The cart stopped before a building with a red cross on its exterior. Al rested her gaze gently upon Luke’s.

“What’s behind that door,” she said, “is Dr. Westlake. What surfaced of him. You don’t have to look… but maybe you’ll want to, seeing as you’ve agreed to go down.”

“What happened to him?” said Luke.

Alice showed him her palms, same as Felz had done. A helpless gesture.

“It’s still our world down there, Dr. Nelson,” she said, “but that’s like saying that the ice ten thousand feet beneath the arctic icepack is, too. Yeah, it is, but not anything we know. Our government has spent thirty trillion dollars on space exploration, and less than 1 percent of that to explore the world underneath us right now. But it’s just as unknown. You’ll be entering another world, really and truly.”

“It’s Luke,” he told her. “Call me Luke. And I’ll go. I’ll see.”

Al’s clipped nod made Luke think she wished he’d chosen otherwise.

14.

THE AIR WAS MEAT-LOCKER COLD on the other side of the door with the red cross. Luke’s arms instantly broke out in gooseflesh.

The room was uncluttered. Halogen lights buzzed down on a bank of steel vaults. Luke had visited morgues as a veterinarian, most recently to perform an autopsy on a police drug dog that’d died after ingesting a perforated balloon of heroin.

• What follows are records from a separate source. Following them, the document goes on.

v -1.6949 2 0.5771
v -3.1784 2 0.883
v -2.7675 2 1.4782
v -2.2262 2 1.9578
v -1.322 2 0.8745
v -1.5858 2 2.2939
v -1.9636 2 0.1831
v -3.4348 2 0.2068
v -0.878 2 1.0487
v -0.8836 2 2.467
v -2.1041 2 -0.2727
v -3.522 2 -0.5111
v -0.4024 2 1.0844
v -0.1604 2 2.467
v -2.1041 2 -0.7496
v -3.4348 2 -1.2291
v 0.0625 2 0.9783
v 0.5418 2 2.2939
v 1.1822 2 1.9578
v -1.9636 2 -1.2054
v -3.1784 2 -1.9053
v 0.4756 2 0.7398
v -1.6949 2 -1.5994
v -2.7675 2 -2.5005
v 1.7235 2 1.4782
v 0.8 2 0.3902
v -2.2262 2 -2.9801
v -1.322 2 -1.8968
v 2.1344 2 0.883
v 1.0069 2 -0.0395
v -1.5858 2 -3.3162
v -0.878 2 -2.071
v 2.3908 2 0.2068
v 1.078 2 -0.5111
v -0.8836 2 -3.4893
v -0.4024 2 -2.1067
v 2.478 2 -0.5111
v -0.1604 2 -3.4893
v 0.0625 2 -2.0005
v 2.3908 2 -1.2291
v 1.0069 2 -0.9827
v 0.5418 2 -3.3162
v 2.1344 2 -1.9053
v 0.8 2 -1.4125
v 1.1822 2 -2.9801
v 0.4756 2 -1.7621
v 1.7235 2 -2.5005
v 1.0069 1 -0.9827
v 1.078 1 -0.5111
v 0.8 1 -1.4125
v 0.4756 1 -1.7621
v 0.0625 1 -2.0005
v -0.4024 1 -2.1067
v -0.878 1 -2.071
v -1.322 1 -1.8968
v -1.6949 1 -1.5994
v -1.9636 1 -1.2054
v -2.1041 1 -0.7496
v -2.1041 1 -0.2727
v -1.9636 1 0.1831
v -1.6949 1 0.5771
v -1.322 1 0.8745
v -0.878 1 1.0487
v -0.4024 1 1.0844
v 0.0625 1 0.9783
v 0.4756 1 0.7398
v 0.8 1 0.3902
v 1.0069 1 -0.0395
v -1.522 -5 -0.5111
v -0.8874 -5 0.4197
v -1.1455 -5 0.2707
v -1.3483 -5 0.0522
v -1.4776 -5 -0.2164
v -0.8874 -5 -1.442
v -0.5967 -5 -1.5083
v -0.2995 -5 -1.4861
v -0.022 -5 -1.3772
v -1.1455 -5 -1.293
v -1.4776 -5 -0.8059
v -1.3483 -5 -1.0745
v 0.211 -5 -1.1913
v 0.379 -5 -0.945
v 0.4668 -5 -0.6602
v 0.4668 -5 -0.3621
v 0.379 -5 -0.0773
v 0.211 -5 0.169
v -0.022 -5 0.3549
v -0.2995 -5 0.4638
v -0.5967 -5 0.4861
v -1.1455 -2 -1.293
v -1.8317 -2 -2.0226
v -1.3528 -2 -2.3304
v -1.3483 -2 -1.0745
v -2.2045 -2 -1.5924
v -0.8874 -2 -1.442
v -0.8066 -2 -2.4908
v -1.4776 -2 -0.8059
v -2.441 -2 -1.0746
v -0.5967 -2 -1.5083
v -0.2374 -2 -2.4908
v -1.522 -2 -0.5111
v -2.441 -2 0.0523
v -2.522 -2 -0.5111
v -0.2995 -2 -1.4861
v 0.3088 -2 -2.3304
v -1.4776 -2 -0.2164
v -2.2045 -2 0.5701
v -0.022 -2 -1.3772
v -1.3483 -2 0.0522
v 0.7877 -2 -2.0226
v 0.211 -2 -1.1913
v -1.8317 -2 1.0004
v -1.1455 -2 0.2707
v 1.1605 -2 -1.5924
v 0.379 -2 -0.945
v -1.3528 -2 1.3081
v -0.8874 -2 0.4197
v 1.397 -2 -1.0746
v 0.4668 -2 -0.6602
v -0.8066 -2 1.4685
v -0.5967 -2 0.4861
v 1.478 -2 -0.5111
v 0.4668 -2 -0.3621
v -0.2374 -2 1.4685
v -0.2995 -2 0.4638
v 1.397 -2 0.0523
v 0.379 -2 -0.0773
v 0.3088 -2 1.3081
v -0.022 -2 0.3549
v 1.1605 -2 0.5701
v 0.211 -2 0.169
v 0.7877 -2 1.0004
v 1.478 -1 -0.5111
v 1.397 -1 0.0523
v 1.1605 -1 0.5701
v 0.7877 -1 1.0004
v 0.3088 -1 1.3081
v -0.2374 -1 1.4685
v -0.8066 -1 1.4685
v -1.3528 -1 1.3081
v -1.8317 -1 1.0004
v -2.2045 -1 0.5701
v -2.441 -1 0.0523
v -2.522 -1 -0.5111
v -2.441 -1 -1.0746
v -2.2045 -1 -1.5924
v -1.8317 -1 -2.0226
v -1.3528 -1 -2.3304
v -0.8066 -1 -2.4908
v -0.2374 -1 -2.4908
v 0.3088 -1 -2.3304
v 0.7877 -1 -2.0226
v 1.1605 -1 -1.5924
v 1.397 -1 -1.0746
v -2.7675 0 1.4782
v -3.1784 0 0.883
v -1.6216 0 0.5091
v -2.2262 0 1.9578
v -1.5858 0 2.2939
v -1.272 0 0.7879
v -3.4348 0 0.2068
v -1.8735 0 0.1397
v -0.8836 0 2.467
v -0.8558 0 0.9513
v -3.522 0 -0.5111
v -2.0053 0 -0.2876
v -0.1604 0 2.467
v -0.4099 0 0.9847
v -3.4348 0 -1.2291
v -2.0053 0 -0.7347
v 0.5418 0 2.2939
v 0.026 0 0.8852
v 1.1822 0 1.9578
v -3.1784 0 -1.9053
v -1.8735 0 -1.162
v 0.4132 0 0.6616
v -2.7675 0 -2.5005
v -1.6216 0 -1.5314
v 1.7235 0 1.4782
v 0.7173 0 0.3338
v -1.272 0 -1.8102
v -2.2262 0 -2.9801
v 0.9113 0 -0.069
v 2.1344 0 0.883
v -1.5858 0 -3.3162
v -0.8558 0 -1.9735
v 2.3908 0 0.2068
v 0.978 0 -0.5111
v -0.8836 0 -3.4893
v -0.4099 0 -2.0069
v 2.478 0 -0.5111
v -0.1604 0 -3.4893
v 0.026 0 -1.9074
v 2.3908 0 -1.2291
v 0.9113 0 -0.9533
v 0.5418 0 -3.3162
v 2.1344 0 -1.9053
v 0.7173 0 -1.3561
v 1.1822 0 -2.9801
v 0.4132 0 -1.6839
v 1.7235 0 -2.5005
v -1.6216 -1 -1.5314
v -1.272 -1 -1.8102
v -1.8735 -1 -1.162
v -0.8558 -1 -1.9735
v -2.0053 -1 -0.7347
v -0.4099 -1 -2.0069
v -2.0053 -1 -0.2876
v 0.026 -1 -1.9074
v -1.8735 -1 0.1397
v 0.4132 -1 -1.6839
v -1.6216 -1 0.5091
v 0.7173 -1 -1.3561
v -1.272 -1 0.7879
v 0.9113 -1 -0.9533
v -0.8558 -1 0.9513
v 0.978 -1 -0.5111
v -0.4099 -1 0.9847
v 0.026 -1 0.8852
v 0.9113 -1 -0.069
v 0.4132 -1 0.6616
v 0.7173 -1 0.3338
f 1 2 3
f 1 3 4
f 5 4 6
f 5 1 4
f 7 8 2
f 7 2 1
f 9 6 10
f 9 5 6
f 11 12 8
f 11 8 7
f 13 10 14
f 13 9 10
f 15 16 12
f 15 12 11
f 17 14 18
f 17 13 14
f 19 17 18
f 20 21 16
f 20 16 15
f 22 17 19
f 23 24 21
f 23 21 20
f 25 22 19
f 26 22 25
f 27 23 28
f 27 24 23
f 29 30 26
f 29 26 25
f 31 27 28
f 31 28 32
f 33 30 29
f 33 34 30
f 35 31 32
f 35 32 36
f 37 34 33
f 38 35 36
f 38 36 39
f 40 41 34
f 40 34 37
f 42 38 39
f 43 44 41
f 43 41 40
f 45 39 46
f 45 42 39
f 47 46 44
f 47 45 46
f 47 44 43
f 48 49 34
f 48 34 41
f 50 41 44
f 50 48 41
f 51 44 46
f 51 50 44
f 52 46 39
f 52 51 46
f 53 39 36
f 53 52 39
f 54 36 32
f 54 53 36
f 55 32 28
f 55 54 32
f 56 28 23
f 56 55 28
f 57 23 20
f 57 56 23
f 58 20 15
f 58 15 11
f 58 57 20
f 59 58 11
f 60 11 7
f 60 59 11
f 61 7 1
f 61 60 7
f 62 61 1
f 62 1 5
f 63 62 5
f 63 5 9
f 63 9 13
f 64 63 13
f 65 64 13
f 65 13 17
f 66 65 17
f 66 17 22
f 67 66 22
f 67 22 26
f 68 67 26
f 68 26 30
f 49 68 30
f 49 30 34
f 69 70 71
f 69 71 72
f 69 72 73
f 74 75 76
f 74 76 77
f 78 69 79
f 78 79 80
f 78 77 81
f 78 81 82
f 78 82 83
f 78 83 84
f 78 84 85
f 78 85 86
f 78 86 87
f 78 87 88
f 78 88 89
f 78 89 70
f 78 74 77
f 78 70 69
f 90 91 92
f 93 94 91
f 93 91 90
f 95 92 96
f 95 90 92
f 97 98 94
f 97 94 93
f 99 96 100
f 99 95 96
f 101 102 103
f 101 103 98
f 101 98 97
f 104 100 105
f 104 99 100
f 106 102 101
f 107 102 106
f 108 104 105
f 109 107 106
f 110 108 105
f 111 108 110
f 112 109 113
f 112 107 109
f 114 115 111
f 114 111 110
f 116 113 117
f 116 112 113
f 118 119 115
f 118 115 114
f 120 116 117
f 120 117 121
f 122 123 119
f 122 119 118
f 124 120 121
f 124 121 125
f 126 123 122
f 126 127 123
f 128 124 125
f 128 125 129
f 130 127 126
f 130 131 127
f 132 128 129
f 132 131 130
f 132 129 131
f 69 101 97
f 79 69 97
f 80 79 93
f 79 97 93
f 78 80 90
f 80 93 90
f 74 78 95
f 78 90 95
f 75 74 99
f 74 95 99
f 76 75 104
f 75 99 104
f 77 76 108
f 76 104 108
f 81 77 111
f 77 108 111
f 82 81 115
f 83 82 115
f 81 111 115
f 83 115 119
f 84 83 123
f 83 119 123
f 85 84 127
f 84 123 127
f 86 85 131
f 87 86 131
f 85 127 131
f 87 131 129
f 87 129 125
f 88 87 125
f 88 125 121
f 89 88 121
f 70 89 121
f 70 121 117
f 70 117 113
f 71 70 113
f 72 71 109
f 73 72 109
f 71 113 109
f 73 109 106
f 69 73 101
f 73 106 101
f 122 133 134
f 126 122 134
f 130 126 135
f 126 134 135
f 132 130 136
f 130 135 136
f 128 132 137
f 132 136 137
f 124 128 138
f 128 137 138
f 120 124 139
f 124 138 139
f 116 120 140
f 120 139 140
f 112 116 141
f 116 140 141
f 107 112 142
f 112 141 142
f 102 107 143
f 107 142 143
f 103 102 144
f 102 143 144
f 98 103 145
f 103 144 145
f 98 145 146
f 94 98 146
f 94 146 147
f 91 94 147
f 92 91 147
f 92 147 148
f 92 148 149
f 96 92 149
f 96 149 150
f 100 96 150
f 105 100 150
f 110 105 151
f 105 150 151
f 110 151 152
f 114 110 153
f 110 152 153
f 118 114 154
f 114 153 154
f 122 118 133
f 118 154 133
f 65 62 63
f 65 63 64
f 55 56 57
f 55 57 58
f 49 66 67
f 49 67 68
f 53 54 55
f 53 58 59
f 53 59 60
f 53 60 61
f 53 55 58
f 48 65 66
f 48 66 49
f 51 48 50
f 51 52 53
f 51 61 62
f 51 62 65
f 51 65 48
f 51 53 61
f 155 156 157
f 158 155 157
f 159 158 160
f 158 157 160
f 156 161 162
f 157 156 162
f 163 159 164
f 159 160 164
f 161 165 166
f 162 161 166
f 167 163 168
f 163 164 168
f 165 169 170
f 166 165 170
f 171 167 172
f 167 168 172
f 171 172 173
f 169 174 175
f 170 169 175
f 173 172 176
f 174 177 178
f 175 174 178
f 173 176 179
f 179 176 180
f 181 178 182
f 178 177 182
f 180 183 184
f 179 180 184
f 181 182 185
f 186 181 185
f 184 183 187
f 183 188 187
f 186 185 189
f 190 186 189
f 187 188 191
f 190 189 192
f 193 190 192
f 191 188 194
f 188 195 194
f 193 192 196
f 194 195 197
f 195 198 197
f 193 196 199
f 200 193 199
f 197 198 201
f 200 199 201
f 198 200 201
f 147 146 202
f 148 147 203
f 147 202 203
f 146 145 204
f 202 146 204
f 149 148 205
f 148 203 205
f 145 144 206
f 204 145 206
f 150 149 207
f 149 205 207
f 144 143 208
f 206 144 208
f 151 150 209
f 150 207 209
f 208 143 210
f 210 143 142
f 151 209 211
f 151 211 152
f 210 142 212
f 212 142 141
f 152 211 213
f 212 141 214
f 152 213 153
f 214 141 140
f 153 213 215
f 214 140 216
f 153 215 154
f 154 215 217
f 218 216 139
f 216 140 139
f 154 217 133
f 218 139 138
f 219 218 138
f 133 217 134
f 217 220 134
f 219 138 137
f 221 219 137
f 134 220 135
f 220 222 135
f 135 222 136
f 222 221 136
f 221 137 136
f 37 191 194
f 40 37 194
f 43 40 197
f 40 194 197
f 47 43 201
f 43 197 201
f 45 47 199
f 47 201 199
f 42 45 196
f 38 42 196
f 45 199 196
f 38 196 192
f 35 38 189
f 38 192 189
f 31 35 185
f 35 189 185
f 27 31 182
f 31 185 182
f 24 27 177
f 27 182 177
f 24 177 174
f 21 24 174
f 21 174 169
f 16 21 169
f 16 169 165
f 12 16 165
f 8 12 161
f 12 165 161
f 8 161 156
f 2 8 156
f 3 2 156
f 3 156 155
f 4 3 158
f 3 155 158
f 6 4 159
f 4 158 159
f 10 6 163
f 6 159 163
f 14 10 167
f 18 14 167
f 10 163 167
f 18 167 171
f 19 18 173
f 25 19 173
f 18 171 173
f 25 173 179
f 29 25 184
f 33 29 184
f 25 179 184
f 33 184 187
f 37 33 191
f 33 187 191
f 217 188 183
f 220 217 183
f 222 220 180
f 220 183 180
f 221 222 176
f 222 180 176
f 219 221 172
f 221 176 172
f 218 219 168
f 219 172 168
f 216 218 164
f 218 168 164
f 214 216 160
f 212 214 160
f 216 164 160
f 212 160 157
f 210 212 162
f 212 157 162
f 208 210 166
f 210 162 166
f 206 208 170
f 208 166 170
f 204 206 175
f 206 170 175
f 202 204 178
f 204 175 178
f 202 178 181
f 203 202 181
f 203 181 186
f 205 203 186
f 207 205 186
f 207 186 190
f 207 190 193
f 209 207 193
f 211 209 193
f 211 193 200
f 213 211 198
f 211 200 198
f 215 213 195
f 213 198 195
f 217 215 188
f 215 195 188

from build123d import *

# Parameters (mm, degrees)
SKETCH1_R           = 3
SKETCH1_R_2         = 1.6
BOSS_EXTRUDE1_DEPTH = 2
SKETCH1_3_R         = 1.6
BOSS_EXTRUDE2_DEPTH = 1
SKETCH5_R           = 1.5
BOSS_EXTRUDE3_DEPTH = 1
SKETCH6_R           = 2
BOSS_EXTRUDE4_DEPTH = 1
SKETCH8_R           = 1
BOSS_EXTRUDE5_DEPTH = 3


with BuildPart() as part:
    # Sketch1 → Boss-Extrude1 (new body)
    with BuildSketch(Plane(origin=(0, 0, 0), x_dir=(1, 0, 0), z_dir=(0, 1, 0))):
        with Locations((-0.522013312, 0.511138034)):
            Circle(SKETCH1_R)
        with Locations((-0.522013312, 0.511138034)):
            Circle(SKETCH1_R_2, mode=Mode.SUBTRACT)
    extrude(amount=BOSS_EXTRUDE1_DEPTH)

    # Sketch1<3> → Boss-Extrude2 (add)
    with BuildSketch(Plane(origin=(0, 0, 0), x_dir=(1, 0, 0), z_dir=(0, 1, 0))):
        with Locations((-0.522013312, 0.511138034)):
            Circle(SKETCH1_3_R)
    extrude(amount=BOSS_EXTRUDE2_DEPTH)

    # Sketch5 → Boss-Extrude3 (add)
    with BuildSketch(Plane.XZ):
        with Locations((-0.522013312, -0.511138034)):
            Circle(SKETCH5_R)
    extrude(amount=BOSS_EXTRUDE3_DEPTH)

    # Sketch6 → Boss-Extrude4 (add)
    with BuildSketch(Plane.XZ.offset(1)):
        with Locations((-0.522013312, -0.511138034)):
            Circle(SKETCH6_R)
    extrude(amount=BOSS_EXTRUDE4_DEPTH)

    # Sketch8 → Boss-Extrude5 (add)
    with BuildSketch(Plane(origin=(0, -2, 0), x_dir=(-1, 0, 0), z_dir=(0, -1, 0))):
        with Locations((0.522013312, 0.511138034)):
            Circle(SKETCH8_R)
    extrude(amount=BOSS_EXTRUDE5_DEPTH)


solid = part.part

“Every vault is empty save one,” Al said. “We’ve been lucky lately with the ’Gets. A few in quarantine, but none dead and no new cases reported in a week. Must be the sea air.” A gravedigger’s smile. “Sorry. Poor taste.”

They walked with aching slowness toward the vaults.

“Dr. Westlake and the others had settled into their roles inside the Trieste. The station was holding up. Electrical function, oxygen purification, waste disposal—all systems operational, which on the technical side of things was the main concern.

“Mentally, the crew seemed sound. Your brother was the point man—he gave the majority of the updates, so our perceptions up here were filtered through him. But we watched the other two on the monitors. They were eating, sleeping, engaged in productive labor. You’d see them talking and laughing with one another.